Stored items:
■ ■ ■

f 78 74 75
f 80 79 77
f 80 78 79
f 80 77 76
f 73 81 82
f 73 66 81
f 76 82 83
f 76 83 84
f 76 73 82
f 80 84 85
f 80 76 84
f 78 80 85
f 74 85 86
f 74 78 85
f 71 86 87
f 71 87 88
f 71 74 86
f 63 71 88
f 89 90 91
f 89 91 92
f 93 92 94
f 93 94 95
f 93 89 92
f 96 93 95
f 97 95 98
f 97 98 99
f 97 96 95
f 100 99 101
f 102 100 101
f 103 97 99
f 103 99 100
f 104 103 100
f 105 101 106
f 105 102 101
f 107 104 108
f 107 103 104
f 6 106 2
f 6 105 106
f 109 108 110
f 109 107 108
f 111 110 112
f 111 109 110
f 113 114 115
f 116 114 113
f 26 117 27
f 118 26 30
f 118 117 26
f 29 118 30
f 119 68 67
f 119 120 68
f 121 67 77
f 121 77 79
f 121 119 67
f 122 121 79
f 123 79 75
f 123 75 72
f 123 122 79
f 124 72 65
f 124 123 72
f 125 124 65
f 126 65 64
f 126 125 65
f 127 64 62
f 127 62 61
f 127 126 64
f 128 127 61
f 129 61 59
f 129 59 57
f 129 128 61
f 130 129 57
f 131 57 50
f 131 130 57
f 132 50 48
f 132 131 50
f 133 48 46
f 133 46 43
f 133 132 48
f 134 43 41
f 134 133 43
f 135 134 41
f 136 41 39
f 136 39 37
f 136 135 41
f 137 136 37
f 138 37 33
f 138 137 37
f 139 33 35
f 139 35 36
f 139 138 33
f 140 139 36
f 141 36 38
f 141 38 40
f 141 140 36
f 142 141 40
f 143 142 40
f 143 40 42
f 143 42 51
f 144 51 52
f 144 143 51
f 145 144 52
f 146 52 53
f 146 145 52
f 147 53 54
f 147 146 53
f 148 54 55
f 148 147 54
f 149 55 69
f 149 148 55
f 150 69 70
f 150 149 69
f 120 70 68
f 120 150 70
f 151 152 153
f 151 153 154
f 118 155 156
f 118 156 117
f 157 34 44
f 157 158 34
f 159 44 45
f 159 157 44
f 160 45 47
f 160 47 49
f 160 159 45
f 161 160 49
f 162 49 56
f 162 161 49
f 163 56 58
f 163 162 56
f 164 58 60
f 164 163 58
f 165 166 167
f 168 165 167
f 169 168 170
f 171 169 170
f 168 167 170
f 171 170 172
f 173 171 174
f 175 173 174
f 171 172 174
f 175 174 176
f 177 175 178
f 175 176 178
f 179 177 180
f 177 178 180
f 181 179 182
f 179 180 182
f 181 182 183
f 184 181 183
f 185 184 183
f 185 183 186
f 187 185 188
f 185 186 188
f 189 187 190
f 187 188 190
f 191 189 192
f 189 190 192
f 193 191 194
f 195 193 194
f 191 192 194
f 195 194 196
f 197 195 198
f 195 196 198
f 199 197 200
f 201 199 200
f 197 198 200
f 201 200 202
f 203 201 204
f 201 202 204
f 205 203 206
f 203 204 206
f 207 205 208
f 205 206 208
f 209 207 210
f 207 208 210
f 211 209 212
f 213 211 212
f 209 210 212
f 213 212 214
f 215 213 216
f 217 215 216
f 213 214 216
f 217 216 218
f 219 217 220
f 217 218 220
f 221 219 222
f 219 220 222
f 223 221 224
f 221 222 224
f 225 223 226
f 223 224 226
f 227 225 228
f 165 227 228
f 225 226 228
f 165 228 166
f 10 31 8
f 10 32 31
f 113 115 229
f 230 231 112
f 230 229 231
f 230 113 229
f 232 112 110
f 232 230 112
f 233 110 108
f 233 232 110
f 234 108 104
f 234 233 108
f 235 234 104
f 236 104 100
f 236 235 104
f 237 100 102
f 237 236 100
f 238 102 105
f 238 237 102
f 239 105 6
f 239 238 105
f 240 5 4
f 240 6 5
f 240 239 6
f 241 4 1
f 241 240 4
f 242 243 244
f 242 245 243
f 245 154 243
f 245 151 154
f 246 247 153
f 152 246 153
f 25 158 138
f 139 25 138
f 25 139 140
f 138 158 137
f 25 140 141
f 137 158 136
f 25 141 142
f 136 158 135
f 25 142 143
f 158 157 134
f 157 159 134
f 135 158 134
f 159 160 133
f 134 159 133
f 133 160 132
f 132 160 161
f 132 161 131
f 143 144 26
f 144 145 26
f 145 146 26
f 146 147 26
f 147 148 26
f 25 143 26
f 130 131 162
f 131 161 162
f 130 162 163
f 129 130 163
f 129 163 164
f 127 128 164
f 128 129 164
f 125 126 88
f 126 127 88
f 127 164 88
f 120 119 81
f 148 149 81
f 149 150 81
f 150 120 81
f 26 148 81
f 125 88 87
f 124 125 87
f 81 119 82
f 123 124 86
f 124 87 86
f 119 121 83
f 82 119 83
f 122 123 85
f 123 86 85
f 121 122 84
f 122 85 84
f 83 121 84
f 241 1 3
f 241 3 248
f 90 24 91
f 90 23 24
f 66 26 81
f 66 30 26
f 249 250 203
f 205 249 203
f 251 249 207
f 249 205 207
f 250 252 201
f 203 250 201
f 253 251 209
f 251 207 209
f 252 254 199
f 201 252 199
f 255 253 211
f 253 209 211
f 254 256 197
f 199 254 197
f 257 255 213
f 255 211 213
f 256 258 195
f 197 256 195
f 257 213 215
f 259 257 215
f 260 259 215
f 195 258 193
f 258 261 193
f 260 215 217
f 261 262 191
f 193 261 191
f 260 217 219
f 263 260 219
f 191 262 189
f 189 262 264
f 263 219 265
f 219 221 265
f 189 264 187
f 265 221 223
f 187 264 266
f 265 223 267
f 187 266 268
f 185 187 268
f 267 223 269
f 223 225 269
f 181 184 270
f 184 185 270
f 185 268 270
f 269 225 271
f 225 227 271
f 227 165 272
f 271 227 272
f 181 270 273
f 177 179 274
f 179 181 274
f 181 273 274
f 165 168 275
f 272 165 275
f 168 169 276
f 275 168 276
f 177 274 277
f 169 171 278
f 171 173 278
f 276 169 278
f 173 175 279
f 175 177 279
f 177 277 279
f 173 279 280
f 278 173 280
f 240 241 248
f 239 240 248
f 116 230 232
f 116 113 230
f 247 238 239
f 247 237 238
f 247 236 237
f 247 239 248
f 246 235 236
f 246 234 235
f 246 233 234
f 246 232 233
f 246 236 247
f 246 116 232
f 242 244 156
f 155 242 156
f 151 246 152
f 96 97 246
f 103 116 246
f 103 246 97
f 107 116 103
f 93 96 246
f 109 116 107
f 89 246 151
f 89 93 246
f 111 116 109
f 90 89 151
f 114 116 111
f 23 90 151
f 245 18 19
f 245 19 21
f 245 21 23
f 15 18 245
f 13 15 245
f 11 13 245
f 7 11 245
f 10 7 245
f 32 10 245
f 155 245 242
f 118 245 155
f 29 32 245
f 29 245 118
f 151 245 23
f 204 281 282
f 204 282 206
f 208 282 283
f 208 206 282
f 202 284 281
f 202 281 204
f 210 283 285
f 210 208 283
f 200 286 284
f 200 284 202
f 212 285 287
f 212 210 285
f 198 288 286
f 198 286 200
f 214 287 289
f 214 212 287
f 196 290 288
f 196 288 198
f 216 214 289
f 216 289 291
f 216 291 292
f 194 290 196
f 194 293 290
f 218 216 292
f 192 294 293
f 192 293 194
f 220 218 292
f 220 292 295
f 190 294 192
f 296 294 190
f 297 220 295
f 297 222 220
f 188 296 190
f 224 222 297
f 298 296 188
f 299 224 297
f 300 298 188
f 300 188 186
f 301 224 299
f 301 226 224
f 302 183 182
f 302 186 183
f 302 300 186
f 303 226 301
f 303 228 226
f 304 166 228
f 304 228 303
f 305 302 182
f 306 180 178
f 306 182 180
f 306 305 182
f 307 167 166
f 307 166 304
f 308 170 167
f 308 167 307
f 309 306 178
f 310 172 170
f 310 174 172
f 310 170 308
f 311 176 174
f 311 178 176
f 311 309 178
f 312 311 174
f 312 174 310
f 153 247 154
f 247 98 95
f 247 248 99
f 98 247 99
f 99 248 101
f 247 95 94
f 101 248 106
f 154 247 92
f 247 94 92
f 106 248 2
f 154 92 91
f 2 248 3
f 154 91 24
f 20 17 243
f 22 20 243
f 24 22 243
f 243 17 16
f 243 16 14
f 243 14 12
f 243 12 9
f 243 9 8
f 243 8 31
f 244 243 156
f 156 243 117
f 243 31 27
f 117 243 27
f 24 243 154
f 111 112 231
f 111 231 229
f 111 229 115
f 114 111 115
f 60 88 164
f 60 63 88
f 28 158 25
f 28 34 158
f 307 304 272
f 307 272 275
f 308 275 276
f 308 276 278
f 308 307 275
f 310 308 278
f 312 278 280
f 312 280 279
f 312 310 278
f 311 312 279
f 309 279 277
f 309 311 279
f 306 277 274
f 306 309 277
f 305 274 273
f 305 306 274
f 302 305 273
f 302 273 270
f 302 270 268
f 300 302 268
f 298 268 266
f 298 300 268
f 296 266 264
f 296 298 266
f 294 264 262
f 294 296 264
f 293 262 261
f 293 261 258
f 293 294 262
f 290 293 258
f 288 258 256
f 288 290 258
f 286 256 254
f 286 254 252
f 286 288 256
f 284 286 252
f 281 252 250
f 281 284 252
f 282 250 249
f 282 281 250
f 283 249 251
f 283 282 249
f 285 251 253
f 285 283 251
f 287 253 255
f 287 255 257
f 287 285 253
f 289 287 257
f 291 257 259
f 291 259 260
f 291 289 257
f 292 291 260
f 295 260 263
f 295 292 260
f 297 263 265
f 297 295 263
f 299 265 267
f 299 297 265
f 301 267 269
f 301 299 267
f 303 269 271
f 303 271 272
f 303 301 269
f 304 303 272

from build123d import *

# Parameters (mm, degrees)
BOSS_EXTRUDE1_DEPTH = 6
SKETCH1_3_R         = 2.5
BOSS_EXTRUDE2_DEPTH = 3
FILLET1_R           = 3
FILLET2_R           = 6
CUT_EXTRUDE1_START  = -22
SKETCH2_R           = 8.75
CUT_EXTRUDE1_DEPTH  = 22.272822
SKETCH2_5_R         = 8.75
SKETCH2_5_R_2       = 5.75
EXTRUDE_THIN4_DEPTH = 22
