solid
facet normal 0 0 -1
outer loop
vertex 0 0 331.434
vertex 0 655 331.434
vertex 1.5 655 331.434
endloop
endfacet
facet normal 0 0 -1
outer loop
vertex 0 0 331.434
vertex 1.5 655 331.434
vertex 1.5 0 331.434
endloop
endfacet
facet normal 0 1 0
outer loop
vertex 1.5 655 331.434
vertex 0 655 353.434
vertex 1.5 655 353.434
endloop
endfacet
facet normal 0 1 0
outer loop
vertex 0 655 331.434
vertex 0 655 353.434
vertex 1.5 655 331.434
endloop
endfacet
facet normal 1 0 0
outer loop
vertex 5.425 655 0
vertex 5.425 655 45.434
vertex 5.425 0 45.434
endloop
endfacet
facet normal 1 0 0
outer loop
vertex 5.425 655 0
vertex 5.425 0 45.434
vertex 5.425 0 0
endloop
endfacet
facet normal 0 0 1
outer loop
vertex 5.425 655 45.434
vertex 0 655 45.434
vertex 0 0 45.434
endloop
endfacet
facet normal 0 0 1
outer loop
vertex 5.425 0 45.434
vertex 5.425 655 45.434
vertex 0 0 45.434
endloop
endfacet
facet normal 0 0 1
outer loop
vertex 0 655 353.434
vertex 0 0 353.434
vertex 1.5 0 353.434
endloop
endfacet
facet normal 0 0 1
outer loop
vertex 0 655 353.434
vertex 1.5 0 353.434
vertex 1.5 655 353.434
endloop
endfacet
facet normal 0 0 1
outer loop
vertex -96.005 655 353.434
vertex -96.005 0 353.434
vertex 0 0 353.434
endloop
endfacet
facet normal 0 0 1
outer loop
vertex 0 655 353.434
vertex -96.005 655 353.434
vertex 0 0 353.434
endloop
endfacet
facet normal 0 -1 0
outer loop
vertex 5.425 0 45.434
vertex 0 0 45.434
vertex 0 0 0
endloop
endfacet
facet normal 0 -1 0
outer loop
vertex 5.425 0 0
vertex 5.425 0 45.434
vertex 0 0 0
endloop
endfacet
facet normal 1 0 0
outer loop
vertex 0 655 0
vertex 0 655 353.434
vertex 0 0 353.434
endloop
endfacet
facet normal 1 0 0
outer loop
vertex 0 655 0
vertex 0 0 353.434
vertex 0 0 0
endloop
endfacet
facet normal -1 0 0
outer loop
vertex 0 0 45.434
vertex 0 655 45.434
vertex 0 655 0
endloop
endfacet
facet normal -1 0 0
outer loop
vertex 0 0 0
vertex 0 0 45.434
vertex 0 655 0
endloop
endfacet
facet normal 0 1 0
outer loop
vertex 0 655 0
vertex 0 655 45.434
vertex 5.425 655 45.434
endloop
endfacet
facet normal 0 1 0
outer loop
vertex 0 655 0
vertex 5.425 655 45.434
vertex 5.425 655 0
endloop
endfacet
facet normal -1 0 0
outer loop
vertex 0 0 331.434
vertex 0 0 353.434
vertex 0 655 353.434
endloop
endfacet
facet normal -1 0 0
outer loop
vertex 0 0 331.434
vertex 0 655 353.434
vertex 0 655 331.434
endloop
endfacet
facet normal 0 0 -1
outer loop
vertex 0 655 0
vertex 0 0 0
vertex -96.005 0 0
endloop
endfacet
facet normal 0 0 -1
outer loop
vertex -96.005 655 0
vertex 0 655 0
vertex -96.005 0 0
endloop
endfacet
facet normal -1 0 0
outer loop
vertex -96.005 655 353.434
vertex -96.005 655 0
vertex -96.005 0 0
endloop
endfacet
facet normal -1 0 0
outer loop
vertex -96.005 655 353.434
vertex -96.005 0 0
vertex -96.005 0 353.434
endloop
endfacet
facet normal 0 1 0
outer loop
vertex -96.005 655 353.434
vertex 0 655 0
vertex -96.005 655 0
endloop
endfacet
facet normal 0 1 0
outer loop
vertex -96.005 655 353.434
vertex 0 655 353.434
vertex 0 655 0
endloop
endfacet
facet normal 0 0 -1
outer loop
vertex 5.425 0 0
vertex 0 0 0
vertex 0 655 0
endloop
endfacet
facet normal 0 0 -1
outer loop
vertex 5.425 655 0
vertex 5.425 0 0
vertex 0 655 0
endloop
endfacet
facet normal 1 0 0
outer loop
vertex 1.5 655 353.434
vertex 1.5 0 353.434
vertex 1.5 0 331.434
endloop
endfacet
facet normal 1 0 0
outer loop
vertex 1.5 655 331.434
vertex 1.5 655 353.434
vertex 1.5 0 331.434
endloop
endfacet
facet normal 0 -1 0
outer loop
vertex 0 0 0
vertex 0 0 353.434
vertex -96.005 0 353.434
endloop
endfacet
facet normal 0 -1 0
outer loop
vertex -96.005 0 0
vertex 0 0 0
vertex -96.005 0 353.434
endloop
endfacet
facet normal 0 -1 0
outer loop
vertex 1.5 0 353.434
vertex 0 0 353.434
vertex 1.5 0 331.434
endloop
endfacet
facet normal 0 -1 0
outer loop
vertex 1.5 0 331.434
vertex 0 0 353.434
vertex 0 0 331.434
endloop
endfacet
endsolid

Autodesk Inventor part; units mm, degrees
ref_plane "YZ Plane" through (0, 0, 0) normal (1, 0, 0) x (0, 1, 0)
sketch "Sketch7" plane through (0, 0, 0) normal (0, 1, 0) x (-1, 0, 0)
  line L0 (0, 0) -> (96.005, 0)
  line L1 (96.005, 0) -> (96.005, 353.434)
  line L2 (96.005, 353.434) -> (0, 353.434)
  line L3 (0, 353.434) -> (0, 0)
  dimension "d17" = 353.434
  dimension "d18" = 96.005
extrude "Extrusion5" add sketch "Sketch7" along normal blind 655
sketch "Sketch8" plane through (0, 0, 353.434) normal (1, 0, 0) x (0, 0, -1)
  line L0 (0, 0) -> (353.434, 0) projected
  line L1 (353.434, 0) -> (353.434, 655) projected
  line L2 (0, 655) -> (353.434, 655) projected
  line L3 (0, 0) -> (0, 655) projected
  line L4 (353.434, 655) -> (308, 655)
  line L5 (308, 655) -> (308, 0)
  line L6 (308, 0) -> (353.434, 0)
  line L7 (22, 0) -> (0, 0)
  line L8 (0, 0) -> (0, 655)
  line L9 (0, 655) -> (22, 655)
  line L10 (22, 655) -> (22, 0)
  dimension "d21" = 45.434
  dimension "d22" = 22
ref_plane "Work Plane16" through (2.425, 613, 26.434) normal (1, 0, 0) x (0, 1, 0)
extrude "Extrusion6" add sketch "Sketch8" along normal up to surface (2.425 mm away) separate body contours L5 L2 L1 L0
extrude "Extrusion7" add sketch "Sketch8" along normal blind 3 from surface at 2.425 contours L5 L2 L1 L0 bodies 2
ref_plane "Work Plane17" through (1.5, 633, 331.434) normal (1, 0, 0) x (0, 1, 0)
extrude "Extrusion8" add sketch "Sketch8" along normal up to surface (1.5 mm away) separate body contours L3 L2 L10 L0
ref_plane "Work Plane18" through (-45.29, 0, 45.434) normal (1, 0, 0) x (0, 0, -1)
ref_plane "Work Plane19" through (-96.005, 0, 176.717) normal (0, 0, 1) x (1, 0, 0)
ref_plane "Work Plane20" through (0, 327.5, 0) normal (0, 1, 0) x (1, 0, 0)
properties part number "TAZ 6 Convex Model"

■ ■ ■

Could you restate word for word the lines above from the one containing "f 272 165 275" through the one containing "f 214 212 287", both included, and nothing else?

§ **Answer to this task**:
f 272 165 275
f 168 169 276
f 275 168 276
f 177 274 277
f 169 171 278
f 171 173 278
f 276 169 278
f 173 175 279
f 175 177 279
f 177 277 279
f 173 279 280
f 278 173 280
f 240 241 248
f 239 240 248
f 116 230 232
f 116 113 230
f 247 238 239
f 247 237 238
f 247 236 237
f 247 239 248
f 246 235 236
f 246 234 235
f 246 233 234
f 246 232 233
f 246 236 247
f 246 116 232
f 242 244 156
f 155 242 156
f 151 246 152
f 96 97 246
f 103 116 246
f 103 246 97
f 107 116 103
f 93 96 246
f 109 116 107
f 89 246 151
f 89 93 246
f 111 116 109
f 90 89 151
f 114 116 111
f 23 90 151
f 245 18 19
f 245 19 21
f 245 21 23
f 15 18 245
f 13 15 245
f 11 13 245
f 7 11 245
f 10 7 245
f 32 10 245
f 155 245 242
f 118 245 155
f 29 32 245
f 29 245 118
f 151 245 23
f 204 281 282
f 204 282 206
f 208 282 283
f 208 206 282
f 202 284 281
f 202 281 204
f 210 283 285
f 210 208 283
f 200 286 284
f 200 284 202
f 212 285 287
f 212 210 285
f 198 288 286
f 198 286 200
f 214 287 289
f 214 212 287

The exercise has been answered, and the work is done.